PADANG, METRO–Wahana Lingkungan Hidup Indonesia (WALHI) Sumatera Barat membantah keras klaim Pemerintah Kota Padang dan Pemerintah Provinsi Sumatera Barat yang menyebut kayu gelondongan pasca galodo sebagai kayu tumbang alami.
Temuan ilmiah terbaru WALHI justru menunjukkan indikasi yang jauh lebih serius, adanya pola penebangan kayu sistematis di kawasan hulu Daerah Aliran Sungai (DAS) Aia Dingin.
Kesimpulan tersebut diperoleh setelah WALHI melakukan telaah spasial menggunakan citra satelit Maxar periode Juni 2021 hingga Juli 2025. Analisis memperlihatkan jejak pembukaan lahan dan penebangan kayu dalam jumlah signifikan di area yang menjadi daerah tangkapan air utama Kota Padang.
Menurut Tommy Adam dari Divisi Penguatan Kelembagaan dan Hukum Lingkungan WALHI Sumbar, pola penebangan terekam jelas membentang dari hulu hingga hilir menuju muara Pantai Air Tawar — lokasi di mana tumpukan kayu ditemukan setelah bencana galodo melanda.
“Puluhan titik pembukaan lahan berada persis di punggungan hulu DAS Aia Dingin.

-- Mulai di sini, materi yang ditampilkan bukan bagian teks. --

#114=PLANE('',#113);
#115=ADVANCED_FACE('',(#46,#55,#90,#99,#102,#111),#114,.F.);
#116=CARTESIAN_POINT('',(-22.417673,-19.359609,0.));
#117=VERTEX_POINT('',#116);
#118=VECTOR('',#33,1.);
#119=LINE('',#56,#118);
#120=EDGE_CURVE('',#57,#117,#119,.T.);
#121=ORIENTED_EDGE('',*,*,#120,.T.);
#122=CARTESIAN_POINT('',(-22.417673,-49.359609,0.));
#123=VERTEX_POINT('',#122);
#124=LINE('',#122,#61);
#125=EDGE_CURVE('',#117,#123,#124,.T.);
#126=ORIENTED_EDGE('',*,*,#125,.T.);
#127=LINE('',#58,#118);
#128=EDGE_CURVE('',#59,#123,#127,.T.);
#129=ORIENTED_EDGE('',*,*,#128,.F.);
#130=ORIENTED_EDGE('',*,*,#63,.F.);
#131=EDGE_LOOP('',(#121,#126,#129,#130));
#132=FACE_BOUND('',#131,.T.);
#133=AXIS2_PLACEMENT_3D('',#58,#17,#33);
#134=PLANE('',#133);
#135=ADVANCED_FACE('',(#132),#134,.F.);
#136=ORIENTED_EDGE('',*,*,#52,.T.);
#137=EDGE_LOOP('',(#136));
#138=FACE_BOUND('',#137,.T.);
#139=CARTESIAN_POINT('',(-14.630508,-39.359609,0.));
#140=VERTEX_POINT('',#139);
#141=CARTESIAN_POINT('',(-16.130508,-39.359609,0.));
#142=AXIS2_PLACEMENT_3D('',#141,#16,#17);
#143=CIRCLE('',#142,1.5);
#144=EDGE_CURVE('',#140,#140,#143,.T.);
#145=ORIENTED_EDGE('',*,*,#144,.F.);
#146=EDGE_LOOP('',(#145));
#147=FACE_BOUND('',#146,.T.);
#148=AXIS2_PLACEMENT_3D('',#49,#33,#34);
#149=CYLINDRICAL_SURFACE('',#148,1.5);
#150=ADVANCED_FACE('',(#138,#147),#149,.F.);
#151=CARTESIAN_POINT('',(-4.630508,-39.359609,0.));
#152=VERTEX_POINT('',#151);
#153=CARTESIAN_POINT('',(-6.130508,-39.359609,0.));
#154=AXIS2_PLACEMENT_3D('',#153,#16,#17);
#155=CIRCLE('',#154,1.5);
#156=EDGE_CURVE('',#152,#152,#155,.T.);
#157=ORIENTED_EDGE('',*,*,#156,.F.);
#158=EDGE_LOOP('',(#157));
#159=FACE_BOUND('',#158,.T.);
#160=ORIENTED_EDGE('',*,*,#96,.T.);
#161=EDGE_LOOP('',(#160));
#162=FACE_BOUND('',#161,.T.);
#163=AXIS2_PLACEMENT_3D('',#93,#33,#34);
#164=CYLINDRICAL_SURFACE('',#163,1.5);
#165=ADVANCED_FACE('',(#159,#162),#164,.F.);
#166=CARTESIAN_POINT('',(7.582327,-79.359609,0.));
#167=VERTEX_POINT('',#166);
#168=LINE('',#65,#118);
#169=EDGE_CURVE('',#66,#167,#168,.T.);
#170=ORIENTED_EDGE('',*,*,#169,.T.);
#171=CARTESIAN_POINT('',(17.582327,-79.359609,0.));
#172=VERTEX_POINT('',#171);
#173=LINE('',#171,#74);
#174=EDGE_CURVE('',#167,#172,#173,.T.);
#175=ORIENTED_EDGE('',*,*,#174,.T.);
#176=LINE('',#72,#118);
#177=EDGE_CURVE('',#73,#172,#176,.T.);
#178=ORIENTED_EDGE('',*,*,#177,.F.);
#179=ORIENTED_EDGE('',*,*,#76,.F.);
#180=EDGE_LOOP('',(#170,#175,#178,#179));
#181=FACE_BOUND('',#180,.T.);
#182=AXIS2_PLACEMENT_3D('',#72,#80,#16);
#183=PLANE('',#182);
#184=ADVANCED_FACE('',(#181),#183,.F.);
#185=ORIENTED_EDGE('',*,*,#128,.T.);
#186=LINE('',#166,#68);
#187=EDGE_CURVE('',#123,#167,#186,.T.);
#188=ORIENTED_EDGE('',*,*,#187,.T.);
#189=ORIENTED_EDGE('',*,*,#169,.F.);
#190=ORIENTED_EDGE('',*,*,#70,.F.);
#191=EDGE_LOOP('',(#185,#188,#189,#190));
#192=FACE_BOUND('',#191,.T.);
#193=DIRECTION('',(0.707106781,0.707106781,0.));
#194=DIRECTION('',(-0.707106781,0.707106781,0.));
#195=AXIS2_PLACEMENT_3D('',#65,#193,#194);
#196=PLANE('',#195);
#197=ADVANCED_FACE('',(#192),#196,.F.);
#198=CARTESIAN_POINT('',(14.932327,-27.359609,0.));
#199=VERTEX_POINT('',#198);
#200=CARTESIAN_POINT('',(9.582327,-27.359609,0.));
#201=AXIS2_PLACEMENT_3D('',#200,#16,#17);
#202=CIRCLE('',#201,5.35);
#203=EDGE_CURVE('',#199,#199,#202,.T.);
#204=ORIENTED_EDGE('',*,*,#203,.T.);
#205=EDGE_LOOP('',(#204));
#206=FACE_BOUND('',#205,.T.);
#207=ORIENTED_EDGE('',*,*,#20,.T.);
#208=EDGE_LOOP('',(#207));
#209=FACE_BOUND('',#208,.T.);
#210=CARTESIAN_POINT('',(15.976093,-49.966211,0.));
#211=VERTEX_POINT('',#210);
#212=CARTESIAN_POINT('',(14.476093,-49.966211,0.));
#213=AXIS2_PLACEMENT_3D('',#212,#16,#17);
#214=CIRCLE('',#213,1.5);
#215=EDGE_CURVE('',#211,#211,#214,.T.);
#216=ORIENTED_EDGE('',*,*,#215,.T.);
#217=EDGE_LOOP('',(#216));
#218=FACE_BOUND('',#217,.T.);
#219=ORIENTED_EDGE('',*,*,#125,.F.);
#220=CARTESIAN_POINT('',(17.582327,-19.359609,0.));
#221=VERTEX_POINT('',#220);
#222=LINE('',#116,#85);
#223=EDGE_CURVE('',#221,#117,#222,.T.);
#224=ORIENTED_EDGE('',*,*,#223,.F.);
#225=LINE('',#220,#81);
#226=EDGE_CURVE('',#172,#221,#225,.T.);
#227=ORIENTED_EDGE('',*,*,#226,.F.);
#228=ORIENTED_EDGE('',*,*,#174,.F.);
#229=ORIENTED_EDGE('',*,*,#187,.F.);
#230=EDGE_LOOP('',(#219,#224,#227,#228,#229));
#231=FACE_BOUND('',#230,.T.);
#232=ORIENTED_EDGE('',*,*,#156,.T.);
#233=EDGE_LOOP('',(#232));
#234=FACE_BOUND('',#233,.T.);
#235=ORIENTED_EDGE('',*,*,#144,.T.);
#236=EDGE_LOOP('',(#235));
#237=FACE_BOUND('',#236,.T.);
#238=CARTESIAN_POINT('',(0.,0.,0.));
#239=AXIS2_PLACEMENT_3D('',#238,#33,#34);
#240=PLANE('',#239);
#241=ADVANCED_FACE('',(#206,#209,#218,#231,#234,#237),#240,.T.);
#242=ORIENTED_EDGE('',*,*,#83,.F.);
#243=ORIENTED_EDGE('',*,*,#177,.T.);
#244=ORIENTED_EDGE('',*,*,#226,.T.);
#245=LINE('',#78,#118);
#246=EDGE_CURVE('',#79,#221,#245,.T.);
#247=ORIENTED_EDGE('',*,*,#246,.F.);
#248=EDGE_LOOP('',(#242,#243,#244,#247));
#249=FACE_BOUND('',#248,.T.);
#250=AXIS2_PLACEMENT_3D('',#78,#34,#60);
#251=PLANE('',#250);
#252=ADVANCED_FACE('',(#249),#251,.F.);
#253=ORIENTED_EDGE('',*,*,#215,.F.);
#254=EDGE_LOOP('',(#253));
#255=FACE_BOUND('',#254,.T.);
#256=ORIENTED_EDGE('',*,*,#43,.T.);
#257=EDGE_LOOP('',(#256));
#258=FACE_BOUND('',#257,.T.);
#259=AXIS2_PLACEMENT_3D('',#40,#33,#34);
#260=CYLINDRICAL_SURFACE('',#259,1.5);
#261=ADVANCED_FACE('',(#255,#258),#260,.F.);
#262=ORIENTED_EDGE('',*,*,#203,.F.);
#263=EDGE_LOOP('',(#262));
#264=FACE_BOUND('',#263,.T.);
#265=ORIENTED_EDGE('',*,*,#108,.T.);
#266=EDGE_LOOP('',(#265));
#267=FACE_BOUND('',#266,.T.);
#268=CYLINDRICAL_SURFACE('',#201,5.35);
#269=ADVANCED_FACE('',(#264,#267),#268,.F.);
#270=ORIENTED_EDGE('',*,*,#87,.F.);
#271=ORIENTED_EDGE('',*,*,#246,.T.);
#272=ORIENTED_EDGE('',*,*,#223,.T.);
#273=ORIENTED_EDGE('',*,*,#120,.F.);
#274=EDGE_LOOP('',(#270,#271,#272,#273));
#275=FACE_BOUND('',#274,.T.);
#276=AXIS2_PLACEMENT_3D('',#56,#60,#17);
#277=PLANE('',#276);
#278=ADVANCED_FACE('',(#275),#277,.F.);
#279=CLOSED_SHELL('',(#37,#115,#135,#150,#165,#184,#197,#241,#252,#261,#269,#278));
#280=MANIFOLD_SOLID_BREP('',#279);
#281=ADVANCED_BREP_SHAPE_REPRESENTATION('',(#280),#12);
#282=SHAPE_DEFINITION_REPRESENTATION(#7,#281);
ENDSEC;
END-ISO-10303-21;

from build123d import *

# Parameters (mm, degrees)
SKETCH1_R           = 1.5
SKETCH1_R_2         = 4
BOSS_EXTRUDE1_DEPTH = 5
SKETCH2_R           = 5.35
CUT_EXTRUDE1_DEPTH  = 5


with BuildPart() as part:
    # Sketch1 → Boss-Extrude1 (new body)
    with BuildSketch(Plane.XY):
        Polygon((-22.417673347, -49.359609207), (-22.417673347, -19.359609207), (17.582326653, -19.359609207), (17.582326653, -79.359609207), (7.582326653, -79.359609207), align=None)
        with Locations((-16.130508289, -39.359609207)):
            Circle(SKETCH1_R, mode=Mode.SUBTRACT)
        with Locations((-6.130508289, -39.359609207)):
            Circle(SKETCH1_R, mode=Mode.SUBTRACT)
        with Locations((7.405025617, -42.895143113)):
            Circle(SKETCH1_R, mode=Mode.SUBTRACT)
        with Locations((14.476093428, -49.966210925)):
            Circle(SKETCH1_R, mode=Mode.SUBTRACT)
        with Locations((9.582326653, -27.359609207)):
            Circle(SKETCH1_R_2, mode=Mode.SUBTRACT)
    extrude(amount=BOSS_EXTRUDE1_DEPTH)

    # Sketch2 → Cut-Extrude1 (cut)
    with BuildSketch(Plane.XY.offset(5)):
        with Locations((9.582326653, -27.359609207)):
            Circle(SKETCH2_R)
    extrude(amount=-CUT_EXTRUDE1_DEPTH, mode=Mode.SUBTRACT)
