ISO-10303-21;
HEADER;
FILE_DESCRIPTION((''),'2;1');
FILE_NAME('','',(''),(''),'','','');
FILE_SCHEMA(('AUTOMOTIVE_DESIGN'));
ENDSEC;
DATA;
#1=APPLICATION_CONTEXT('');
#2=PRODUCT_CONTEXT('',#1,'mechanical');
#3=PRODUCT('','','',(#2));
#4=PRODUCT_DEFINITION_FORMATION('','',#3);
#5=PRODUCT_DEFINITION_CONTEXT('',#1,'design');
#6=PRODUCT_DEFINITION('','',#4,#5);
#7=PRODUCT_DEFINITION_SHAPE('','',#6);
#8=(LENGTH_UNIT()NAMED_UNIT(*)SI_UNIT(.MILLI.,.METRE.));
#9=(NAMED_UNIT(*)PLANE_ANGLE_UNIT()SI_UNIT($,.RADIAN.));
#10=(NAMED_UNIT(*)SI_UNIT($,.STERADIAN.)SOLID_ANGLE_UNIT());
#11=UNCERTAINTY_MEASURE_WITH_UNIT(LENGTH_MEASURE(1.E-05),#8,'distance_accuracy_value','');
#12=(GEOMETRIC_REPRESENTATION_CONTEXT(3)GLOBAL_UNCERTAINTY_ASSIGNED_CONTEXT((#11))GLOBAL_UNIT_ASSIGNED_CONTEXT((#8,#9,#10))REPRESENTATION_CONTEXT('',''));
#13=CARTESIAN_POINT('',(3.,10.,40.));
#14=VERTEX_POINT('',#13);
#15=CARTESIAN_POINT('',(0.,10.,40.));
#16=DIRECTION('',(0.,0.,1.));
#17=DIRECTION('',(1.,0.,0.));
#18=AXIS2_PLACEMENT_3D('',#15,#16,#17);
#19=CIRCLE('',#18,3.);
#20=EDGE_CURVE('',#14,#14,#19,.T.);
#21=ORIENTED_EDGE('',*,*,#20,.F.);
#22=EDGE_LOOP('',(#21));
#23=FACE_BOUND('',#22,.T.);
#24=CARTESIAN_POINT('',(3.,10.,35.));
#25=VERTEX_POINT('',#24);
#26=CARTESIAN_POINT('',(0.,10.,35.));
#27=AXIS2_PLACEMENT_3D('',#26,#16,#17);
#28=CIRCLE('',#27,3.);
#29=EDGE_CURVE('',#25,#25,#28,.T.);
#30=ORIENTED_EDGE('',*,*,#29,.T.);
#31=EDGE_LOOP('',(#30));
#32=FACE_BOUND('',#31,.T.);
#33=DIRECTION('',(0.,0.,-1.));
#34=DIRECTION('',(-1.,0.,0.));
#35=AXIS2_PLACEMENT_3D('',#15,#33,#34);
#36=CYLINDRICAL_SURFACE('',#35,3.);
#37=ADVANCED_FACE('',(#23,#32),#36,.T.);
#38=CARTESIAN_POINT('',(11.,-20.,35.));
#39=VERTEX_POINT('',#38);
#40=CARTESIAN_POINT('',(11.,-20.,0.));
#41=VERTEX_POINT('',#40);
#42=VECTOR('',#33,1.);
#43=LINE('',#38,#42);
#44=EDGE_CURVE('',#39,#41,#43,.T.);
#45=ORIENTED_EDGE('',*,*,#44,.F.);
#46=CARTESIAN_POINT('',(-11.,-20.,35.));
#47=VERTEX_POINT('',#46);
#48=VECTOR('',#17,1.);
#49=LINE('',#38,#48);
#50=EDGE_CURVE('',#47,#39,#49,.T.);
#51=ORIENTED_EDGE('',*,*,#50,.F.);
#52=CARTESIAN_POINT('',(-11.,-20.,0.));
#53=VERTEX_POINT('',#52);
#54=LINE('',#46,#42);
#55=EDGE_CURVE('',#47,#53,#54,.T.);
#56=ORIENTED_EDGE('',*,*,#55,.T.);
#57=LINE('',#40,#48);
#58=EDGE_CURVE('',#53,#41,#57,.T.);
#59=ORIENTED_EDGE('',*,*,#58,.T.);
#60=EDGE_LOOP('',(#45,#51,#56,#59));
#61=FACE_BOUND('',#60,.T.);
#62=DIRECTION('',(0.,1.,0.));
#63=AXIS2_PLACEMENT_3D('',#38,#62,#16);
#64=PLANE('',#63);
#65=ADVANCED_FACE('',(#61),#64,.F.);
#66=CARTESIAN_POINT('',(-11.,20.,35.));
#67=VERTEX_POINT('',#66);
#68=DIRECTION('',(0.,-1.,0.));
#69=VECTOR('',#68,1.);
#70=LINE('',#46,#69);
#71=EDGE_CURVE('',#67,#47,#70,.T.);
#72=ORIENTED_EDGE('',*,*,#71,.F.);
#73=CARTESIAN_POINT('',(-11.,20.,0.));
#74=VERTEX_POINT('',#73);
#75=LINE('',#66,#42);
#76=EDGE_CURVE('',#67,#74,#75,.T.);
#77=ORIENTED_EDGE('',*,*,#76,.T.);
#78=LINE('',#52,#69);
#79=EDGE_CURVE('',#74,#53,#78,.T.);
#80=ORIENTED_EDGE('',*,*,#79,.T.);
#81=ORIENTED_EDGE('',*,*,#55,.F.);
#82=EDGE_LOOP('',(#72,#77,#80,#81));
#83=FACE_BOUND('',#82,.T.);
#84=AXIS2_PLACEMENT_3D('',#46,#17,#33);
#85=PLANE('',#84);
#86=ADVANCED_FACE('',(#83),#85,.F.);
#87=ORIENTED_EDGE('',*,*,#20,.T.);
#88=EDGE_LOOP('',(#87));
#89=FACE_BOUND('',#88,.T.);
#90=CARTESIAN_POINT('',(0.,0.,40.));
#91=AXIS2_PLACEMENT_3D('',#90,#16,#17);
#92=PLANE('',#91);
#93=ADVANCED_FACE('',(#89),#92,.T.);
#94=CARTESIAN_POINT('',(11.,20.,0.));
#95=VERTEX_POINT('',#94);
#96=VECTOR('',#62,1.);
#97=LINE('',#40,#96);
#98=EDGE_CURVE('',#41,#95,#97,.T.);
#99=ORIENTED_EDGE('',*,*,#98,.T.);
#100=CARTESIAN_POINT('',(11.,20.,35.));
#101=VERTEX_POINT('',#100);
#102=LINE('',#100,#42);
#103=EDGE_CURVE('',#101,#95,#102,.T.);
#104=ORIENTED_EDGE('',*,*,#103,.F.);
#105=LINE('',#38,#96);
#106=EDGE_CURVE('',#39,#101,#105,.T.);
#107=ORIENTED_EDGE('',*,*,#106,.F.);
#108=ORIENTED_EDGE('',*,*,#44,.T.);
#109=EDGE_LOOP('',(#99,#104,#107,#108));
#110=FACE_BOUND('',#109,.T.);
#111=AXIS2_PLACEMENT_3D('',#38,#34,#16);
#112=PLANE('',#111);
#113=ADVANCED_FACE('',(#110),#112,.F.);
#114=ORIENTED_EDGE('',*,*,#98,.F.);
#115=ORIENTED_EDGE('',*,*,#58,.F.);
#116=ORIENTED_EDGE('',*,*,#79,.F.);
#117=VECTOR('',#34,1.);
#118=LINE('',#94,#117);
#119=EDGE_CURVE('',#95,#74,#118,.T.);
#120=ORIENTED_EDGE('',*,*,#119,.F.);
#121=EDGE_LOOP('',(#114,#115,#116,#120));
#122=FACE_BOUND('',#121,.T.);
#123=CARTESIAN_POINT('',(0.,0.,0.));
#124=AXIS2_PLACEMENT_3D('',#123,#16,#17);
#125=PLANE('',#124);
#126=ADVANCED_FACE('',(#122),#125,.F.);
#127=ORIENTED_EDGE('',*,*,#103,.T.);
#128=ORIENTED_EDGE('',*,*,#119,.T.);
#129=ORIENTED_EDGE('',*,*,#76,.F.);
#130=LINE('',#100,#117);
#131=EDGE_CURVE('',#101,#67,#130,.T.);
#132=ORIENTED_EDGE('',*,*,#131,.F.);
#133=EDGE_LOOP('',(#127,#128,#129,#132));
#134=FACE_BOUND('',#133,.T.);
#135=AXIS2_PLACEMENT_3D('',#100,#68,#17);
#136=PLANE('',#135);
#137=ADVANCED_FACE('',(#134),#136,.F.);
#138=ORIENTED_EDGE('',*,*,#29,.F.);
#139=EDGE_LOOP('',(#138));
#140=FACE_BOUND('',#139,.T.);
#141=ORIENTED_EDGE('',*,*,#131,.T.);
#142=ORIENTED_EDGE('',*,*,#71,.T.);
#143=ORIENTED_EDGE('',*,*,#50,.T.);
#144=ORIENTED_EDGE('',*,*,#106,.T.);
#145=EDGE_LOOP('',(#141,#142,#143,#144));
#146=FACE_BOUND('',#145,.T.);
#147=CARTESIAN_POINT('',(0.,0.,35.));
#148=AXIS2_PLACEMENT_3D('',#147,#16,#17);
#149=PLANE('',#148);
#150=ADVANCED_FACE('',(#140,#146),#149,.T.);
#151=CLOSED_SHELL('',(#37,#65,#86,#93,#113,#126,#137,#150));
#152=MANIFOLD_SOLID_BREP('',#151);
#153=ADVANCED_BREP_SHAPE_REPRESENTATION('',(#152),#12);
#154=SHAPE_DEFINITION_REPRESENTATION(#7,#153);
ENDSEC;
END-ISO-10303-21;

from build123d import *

# Parameters (mm, degrees)
SKETCH1_W           = 22
SKETCH1_H           = 40
SKETCH1_R           = 3
BOSS_EXTRUDE1_DEPTH = 35
SKETCH1_2_R         = 3
BOSS_EXTRUDE2_DEPTH = 40


with BuildPart() as part:
    # Sketch1 → Boss-Extrude1 (new body)
    with BuildSketch(Plane.XY):
        Rectangle(SKETCH1_W, SKETCH1_H)
        with Locations((0, 10)):
            Circle(SKETCH1_R, mode=Mode.SUBTRACT)
    extrude(amount=BOSS_EXTRUDE1_DEPTH)

    # Sketch1<2> → Boss-Extrude2 (add)
    with BuildSketch(Plane.XY):
        with Locations((0, 10)):
            Circle(SKETCH1_2_R)
    extrude(amount=BOSS_EXTRUDE2_DEPTH)


solid = part.part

Jejaknya berulang, rapi, dan konsisten selama empat tahun,” ujar Tommy, Sabtu (29/11).
WALHI memadukan temuan satelit dengan Peta Kawasan Hutan Provinsi Sumbar. Hasilnya, sejumlah titik penebangan ternyata berada di dalam kawasan Suaka Margasatwa Bukit Barisan dan Hutan Lindung. Sebagian lainnya memang berada di Area Penggunaan Lain (APL), namun berbatasan langsung dengan kawasan konservasi — yang kerap menjadi pintu masuk praktik pembalakan liar.
Citra satelit juga memperlihatkan kehadiran jalan logging yang memotong kawasan konservasi, indikasi kuat bahwa akses untuk membuka hutan dibuat secara sengaja, bukan sebagai dampak bencana.
Rangkaian citra Maxar tersebut memperlihatkan perubahan drastis bentang alam jauh sebelum bencana terjadi, termasuk, Stockpile tumpukan kayu, Bukaan lahan dalam skala ratusan hektare, Pola tebangan berulang dan sistematis, Jalan angkut hasil penebangan.